Every line of the entries that holds the word "revolve" is to be copied.

● **The data**
====
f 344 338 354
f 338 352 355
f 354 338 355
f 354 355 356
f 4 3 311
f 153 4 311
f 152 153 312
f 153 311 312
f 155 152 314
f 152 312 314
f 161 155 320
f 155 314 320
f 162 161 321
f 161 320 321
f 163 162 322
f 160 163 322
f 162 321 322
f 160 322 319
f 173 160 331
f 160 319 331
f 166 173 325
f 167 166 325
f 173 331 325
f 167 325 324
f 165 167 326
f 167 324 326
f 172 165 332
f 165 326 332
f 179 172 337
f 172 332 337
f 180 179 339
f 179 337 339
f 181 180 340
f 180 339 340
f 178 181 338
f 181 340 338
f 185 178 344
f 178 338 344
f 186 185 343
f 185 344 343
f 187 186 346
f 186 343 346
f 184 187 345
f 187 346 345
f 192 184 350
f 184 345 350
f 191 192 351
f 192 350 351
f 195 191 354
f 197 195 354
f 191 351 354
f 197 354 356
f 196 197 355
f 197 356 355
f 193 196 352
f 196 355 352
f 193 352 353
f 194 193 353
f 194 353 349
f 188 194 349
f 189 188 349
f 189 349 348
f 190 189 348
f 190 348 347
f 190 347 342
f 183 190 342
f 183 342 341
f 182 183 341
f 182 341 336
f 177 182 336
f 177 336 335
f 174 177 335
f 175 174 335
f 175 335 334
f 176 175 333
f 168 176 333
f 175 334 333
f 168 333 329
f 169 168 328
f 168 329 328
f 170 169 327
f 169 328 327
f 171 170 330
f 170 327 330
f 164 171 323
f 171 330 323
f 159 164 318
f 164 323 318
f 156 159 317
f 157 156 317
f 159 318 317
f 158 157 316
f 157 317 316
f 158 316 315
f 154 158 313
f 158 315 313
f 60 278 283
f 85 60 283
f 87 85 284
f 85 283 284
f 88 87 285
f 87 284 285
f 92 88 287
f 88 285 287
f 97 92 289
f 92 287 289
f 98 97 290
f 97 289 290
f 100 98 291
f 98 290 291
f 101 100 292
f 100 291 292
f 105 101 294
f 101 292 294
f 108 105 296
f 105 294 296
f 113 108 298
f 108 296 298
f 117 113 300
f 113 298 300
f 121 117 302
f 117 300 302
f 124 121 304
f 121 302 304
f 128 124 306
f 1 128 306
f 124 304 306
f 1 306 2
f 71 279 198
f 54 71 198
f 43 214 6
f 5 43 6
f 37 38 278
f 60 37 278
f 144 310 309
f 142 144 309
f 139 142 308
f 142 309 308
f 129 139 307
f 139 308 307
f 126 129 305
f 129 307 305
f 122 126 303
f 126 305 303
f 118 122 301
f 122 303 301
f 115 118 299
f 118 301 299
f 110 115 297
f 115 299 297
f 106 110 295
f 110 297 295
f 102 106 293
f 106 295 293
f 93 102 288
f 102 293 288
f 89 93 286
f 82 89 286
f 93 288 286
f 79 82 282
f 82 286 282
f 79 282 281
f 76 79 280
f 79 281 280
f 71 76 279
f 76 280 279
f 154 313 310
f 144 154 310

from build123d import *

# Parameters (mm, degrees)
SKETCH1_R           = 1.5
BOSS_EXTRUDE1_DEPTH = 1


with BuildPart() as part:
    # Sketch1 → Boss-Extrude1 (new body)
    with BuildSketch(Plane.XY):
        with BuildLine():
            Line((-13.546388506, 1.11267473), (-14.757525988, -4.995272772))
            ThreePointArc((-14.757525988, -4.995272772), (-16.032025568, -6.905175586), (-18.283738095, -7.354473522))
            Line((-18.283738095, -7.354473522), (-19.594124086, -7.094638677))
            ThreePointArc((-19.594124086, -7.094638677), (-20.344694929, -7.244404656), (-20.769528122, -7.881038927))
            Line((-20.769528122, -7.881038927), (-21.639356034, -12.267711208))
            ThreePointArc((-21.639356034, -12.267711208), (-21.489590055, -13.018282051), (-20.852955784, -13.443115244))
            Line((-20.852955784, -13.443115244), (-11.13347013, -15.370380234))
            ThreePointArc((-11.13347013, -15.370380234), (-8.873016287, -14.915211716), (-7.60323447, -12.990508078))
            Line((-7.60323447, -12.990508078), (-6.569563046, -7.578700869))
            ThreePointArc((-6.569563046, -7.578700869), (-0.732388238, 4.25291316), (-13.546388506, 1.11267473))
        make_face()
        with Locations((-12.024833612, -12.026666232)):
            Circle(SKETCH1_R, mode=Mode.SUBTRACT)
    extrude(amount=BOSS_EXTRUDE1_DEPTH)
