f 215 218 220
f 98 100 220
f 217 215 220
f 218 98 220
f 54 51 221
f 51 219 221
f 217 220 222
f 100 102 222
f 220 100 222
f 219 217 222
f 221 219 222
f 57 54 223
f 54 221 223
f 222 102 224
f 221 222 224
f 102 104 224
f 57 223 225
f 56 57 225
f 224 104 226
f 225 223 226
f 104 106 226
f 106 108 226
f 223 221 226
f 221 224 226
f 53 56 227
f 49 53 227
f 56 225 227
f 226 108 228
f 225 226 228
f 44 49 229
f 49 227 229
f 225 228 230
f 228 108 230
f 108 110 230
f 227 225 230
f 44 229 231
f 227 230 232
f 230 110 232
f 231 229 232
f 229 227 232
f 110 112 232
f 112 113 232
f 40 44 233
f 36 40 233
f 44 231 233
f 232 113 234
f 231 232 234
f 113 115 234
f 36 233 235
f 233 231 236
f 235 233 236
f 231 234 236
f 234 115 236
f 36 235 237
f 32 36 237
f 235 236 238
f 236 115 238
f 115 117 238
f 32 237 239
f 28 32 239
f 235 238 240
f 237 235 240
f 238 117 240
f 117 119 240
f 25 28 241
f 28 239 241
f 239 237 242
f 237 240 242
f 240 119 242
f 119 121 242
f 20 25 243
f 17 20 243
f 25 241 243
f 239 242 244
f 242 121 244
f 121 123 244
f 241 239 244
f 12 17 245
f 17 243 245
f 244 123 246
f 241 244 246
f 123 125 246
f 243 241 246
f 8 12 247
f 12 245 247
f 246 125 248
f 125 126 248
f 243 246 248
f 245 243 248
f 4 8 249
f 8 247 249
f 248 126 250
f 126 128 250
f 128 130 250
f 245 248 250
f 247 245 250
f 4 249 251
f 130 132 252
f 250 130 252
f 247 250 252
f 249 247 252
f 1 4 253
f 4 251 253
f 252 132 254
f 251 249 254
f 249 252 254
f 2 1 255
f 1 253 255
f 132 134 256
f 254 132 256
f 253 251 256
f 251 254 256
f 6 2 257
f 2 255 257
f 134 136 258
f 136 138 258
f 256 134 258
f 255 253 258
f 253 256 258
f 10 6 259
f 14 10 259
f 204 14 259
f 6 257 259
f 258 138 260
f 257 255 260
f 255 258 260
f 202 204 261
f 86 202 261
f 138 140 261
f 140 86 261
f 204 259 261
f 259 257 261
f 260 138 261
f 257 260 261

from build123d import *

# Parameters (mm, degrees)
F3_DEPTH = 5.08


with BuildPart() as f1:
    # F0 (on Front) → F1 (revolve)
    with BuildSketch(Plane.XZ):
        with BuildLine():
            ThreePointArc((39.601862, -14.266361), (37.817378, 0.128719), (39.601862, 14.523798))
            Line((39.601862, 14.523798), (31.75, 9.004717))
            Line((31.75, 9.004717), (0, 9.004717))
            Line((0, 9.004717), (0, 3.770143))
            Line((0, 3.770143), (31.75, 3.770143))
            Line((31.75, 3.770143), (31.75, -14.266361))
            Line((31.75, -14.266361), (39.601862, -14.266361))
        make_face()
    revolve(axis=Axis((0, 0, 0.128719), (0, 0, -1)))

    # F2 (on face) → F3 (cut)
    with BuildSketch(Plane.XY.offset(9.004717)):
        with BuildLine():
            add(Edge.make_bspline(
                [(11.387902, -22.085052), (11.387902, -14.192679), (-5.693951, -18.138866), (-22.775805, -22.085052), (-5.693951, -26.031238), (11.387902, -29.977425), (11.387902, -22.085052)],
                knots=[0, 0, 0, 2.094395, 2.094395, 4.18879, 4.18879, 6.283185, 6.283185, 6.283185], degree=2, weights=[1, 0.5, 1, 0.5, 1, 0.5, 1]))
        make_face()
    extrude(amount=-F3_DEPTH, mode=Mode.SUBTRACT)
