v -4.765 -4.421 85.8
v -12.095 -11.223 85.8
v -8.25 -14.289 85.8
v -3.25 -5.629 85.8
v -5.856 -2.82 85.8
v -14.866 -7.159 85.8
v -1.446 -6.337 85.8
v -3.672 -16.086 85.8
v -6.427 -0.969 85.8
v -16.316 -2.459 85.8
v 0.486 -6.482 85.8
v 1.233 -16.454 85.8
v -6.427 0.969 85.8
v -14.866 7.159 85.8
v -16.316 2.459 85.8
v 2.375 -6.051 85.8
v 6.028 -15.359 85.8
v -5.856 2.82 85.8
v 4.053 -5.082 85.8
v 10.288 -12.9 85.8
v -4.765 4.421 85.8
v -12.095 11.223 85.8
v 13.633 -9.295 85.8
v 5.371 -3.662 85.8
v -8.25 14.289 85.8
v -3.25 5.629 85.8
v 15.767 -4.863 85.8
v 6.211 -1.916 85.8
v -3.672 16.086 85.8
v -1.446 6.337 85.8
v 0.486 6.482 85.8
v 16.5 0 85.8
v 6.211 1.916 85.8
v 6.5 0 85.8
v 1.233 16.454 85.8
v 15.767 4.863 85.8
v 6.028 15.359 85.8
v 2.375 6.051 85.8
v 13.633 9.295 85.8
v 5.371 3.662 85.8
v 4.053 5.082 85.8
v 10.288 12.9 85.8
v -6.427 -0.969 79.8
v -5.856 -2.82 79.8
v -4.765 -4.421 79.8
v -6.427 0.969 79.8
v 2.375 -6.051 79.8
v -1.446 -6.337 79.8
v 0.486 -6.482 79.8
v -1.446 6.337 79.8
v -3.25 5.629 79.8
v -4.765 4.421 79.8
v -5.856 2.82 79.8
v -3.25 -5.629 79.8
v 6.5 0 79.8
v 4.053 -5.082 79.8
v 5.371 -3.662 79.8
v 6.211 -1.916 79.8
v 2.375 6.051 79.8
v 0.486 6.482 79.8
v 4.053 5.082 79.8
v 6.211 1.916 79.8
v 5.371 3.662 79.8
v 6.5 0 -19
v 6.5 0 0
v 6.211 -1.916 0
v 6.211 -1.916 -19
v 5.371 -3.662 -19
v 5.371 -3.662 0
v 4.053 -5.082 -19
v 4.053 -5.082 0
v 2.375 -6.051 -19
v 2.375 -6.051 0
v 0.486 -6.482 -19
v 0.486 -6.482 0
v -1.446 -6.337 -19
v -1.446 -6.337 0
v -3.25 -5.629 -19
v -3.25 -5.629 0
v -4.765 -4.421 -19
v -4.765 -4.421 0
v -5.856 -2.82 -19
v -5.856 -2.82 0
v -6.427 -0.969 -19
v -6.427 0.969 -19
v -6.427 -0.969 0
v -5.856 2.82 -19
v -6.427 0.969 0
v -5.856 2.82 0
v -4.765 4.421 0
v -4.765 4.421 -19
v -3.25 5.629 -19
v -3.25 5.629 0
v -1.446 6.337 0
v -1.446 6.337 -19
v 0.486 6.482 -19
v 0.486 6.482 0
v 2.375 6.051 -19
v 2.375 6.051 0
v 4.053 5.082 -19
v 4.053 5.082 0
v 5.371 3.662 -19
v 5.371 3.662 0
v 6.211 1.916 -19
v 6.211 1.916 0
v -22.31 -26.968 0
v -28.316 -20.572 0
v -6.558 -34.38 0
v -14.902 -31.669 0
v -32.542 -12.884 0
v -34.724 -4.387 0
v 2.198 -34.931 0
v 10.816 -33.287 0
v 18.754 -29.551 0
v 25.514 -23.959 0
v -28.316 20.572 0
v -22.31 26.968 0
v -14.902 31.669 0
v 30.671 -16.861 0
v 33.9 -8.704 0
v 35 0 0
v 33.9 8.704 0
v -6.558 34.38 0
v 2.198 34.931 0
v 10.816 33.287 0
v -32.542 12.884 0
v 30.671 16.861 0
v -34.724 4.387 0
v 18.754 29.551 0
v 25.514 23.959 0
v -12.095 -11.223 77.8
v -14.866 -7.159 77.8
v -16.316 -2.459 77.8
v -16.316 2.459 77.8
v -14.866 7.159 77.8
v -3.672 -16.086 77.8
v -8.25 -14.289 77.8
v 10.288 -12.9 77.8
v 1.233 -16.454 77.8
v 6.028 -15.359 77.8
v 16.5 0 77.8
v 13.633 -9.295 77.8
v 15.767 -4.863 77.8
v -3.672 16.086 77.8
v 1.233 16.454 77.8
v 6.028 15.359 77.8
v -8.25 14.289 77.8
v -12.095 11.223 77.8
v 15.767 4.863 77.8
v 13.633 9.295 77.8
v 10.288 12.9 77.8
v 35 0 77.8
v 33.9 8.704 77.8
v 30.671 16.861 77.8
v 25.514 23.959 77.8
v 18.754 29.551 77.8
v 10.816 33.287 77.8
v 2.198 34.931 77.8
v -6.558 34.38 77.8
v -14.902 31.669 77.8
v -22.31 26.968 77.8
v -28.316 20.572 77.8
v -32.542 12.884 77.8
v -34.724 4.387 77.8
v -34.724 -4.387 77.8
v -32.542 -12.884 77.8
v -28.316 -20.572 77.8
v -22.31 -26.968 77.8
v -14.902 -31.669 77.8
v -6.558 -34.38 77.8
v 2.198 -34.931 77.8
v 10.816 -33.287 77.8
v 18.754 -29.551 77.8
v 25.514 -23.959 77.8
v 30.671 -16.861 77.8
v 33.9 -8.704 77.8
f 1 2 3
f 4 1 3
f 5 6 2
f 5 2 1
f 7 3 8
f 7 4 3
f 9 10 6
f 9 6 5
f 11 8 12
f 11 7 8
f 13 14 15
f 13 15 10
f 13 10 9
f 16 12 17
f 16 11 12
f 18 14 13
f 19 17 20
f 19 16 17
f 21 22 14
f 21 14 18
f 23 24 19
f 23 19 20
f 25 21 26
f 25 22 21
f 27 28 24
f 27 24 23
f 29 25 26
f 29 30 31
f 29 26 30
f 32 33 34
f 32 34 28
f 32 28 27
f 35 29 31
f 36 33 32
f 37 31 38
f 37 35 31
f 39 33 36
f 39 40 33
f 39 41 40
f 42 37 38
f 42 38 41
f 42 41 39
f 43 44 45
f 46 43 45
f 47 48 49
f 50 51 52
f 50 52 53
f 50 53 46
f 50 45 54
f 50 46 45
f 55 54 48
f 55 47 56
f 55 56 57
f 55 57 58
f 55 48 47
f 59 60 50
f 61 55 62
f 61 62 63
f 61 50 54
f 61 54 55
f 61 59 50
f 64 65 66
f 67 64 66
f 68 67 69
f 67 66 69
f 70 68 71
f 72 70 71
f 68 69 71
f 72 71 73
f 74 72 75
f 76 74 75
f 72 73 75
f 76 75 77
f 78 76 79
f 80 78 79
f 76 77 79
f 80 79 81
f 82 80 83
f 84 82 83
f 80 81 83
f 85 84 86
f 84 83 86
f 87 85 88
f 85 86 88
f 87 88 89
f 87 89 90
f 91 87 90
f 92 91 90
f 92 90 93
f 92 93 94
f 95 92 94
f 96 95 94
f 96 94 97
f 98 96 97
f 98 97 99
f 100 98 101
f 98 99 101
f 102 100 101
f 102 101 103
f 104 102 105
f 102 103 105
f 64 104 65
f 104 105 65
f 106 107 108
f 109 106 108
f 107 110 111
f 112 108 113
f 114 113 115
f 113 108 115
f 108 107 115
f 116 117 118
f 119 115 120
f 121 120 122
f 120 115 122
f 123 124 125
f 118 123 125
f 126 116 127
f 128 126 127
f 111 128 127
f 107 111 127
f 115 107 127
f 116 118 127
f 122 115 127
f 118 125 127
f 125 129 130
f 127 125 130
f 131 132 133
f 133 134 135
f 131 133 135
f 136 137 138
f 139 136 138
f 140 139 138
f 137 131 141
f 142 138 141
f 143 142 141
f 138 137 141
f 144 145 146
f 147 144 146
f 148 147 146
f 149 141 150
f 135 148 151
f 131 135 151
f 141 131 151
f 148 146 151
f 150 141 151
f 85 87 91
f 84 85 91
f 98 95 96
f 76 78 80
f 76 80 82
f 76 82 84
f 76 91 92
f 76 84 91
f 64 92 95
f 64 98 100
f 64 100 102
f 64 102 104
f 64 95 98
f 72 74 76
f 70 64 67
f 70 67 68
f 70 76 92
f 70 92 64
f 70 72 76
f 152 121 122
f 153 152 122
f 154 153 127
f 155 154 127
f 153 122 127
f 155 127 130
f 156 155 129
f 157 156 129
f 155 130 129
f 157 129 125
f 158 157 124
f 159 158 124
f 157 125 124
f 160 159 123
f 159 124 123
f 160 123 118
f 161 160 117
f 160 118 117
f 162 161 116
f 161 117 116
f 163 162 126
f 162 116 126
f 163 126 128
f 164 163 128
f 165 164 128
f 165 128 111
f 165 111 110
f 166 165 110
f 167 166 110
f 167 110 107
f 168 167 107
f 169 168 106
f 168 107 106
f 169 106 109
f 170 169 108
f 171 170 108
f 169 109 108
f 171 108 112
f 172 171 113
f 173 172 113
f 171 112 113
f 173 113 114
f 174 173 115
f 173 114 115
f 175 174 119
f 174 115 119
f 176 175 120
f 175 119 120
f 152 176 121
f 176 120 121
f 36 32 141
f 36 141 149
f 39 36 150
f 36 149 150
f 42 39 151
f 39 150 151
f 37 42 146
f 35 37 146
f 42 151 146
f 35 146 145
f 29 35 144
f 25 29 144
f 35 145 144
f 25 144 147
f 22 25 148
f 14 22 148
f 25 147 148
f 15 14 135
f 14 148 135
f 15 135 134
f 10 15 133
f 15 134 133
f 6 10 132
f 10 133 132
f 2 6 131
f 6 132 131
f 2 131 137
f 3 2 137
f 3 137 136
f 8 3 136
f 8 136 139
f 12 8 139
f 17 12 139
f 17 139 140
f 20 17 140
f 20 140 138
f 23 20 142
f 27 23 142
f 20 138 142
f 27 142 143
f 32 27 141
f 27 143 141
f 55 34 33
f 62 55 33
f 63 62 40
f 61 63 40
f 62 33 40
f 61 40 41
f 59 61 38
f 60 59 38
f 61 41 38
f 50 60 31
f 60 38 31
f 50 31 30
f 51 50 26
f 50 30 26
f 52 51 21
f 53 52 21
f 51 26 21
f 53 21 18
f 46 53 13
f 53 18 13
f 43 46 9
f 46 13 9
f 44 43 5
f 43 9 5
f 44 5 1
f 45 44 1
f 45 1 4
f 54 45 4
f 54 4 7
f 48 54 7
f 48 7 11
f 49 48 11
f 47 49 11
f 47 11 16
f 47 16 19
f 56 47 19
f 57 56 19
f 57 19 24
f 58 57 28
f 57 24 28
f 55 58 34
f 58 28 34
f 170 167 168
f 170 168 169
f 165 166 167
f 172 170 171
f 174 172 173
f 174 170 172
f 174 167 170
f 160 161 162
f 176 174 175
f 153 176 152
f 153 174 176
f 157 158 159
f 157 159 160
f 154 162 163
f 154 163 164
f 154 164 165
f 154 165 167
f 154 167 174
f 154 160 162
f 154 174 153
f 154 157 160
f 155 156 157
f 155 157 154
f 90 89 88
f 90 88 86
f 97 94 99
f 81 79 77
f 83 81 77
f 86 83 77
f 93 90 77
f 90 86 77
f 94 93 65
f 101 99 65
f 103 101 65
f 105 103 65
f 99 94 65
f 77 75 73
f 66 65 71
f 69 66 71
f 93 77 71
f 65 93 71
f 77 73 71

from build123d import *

# Parameters (mm, degrees)
F0_R     = 35
F1_DEPTH = 77.8
F2_R     = 16.5
F3_DEPTH = 8
F4_R     = 6.5
F5_DEPTH = 6
F6_R     = 6.5
F7_DEPTH = 19


with BuildPart() as f1:
    # F0 (on Top) → F1 (new body)
    with BuildSketch(Plane.XY):
        Circle(F0_R)
    extrude(amount=F1_DEPTH)


with BuildPart() as f3:
    # F2 (on face) → F3 (new body)
    with BuildSketch(Plane.XY.offset(77.8)):
        Circle(F2_R)
    extrude(amount=F3_DEPTH)

    # F4 (on face) → F5 (cut)
    with BuildSketch(Plane.XY.offset(85.8)):
        Circle(F4_R)
    extrude(amount=-F5_DEPTH, mode=Mode.SUBTRACT)


with BuildPart() as f7:
    # F6 (on face) → F7 (new body)
    with BuildSketch(Plane(origin=(0, 0, 0), x_dir=(1, 0, 0), z_dir=(0, 0, -1))):
        Circle(F6_R)
    extrude(amount=F7_DEPTH)


solid = Compound([f1.part, f3.part, f7.part])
====
● **Task output**
    # F0 (on Front) → F1 (revolve)
    revolve(axis=Axis((0, 0, 0.128719), (0, 0, -1)))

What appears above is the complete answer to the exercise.